Kat, I think this is a great idea and right up your alley. You are a very caring and sensitive young woman.

I like your idea of "brighter moments". I'd like to share one with you. A few days ago I was on line at the grocery store. The woman in front of me only had $20, but her total was over that. She took things out of her bag but was still .25 short. The cashier told her to just go and forget about the .25. Then the cashier started complaining to me that it would come out of her pocket, etc. So I gave her the .25. She was very grateful and I don't think she knew how to react. I just told her that now it was up to her to do something nice to someone else and keep the goodness going!


----------



## Sylie (Apr 4, 2011)

Oh Linda, that is too sad. Over twenty five cents? The cashier found twenty five lousy cents a burden? Well, maybe if every customer came up short. Good for you.

If we are going to post happy moments here, I have one to add. I moved from Los Angeles to Sonoma County almost 15 years ago. Early on I was moved by the friendly kindness of the people in Sonoma County. I went back to L. A. to visit relatives. I had to stop a major grocery chain. It was April 14th. The woman in line in front of me wanted to by a postage stamp to mail her taxes, but they were all out of stamps. I pulled out a stamp and gave it to her. She hugged me and was so grateful and sweet, I had to realize that no matter where you are, human beings are basically good, kind, loving and grateful. Not just here, but there too. Living in a big city kind of desensitizes people, but human beings...like Maltese dogs...are basically good, kind and loving....and appreciative of small favors.


----------



## The A Team (Dec 1, 2005)

Kat, I love your idea! .....looking forward to following your blog.....

One time someone thanked me for giving them a big smile. Wow, such a little thing can do more than we realize.....


----------



## Deborah (Jan 8, 2006)

Kat that blog is not a small project. You are very kind and insightful I hope to be able to read more. The blog put a smile on my face.:yahoo:


----------



## Snowbody (Jan 3, 2009)

Kat - you're so inspiring ...as always. I love that you're voicing how you feel in your blog. And I love the whole idea of playing things forward. (Loved the movie Play it Forward -- did you see it?). We do need more good news to inspire all of us. Good luck with it. :wub: I always try to greet people with a hello, a thank you and a good bye, have a nice day, at the very least. It's amazing how many people don't.


----------



## Katkoota (Feb 18, 2006)

I am so excited for the next one coming, guys :chili: you gotta make sure to remember the 23rd of July..the next people whom we chose to brighten their day are not expecting it. I am sure it will be a "typical tough day" for them, until we show up to surprise them with what we have in plan :clap: 
ok so my friends are relying on me to snap a few pictures (not a surprise for me), but it will be the first time I will also care about snapping pictures in these random "brighter moments" days. I am assuming that I will not spend lots of time thinking about it in a photography point of view; simply just capture the smiles by the end of it :tender: 

The update will be in that blog. I am glad that some are interested in reading the updates from that blog in SM:happy::happy::happy:. I am not surprised though. I actually LOVE SM (yes for my love to maltese being the #1 reason), but also the good hearts that I find in many members here. I learned about this fact in many examples here. 

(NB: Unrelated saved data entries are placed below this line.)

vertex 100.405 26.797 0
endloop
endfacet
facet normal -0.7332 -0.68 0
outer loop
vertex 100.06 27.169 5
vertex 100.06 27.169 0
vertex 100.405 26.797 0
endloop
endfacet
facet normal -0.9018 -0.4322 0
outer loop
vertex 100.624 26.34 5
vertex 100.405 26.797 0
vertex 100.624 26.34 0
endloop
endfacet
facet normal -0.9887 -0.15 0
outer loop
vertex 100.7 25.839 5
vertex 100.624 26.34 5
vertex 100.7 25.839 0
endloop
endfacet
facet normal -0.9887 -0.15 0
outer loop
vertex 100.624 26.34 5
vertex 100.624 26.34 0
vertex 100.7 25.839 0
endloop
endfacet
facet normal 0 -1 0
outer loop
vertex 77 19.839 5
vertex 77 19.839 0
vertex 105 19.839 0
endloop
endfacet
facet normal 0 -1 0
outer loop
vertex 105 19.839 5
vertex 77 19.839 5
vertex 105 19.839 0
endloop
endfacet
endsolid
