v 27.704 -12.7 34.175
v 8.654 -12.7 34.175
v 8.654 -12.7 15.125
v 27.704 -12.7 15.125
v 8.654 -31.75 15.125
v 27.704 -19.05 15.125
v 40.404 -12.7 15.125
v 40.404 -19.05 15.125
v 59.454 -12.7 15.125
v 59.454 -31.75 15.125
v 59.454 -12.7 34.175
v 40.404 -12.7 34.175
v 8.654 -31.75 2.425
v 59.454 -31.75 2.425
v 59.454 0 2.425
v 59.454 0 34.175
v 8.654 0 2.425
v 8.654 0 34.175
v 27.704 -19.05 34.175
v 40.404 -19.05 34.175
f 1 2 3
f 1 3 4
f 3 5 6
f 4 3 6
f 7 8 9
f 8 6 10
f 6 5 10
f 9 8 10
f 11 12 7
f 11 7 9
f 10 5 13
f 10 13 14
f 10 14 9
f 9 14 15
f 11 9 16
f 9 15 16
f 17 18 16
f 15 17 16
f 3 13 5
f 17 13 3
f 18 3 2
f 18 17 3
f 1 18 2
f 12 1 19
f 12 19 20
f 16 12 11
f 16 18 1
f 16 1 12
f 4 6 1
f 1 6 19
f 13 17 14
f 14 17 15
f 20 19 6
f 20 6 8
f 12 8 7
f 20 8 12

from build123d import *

# Parameters (mm, degrees)
F0_W     = 50.8
F0_H     = 31.75
F1_DEPTH = 31.75
F2_W     = 19.05
F2_H     = 19.05
F3_DEPTH = 19.05
F4_W     = 19.05
F4_H     = 19.05
F5_DEPTH = 19.05
F6_W     = 12.7
F6_H     = 19.05
F7_DEPTH = 12.7


with BuildPart() as f1:
    # F0 (on Front) → F1 (new body)
    with BuildSketch(Plane.XZ):
        with Locations((34.053563, 18.300161)):
            Rectangle(F0_W, F0_H)
    extrude(amount=F1_DEPTH)

    # F2 (on face) → F3 (cut)
    with BuildSketch(Plane.XZ.offset(31.75)):
        with Locations((18.178563, 24.650161)):
            Rectangle(F2_W, F2_H)
    extrude(amount=-F3_DEPTH, mode=Mode.SUBTRACT)

    # F4 (on face) → F5 (cut)
    with BuildSketch(Plane.XZ.offset(31.75)):
        with Locations((49.928563, 24.650161)):
            Rectangle(F4_W, F4_H)
    extrude(amount=-F5_DEPTH, mode=Mode.SUBTRACT)

    # F6 (on face) → F7 (cut)
    with BuildSketch(Plane.XZ.offset(31.75)):
        with Locations((34.053563, 24.650161)):
            Rectangle(F6_W, F6_H)
    extrude(amount=-F7_DEPTH, mode=Mode.SUBTRACT)


solid = f1.part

I LOVED LOVED LOVED reading your little "brighter moments" Linda, Sylvia and Pat :tender: (I would LOVE to read more. so if anyone read this, please do share these little stories too)....and awesome Sue, that is something everyone should also try to do :thumbsup: 



michellerobison said:


> That's wonderful,*it's like sprinkling little flower seeds and see what comes up?* Like little seeds of inspiration..we need that in this crazy mixed world.
> 
> Every morning I wake up and see the sweet eyes of my fluffs and get tones of kissies and a couple from Al too,I'm ready to face the world. I could imagine facing the day w/o those kissies.


yeah! something like that. I am hopeful for pretty flowers to blossom :Flowers 2:



Deborah said:


> Kat *that blog is not a small project.*


I thought it was a small one due to the busy life in this city. There is just a lot to do. These little projects are something I can do on the side. Weekends best work for us. I wish I can do more, so much more, I wish that I can do! Then, they would be called big projects :thumbsup: ... but again, I am hopeful that by time, we will get advanced in this. At the meantime, we are trying to be creative in some small acts by doing them on our own with only little help (example, help in getting the permission from the heads). I am hopeful that we will get advanced by time 



Snowbody said:


> (Loved the movie Play it Forward -- did you see it?).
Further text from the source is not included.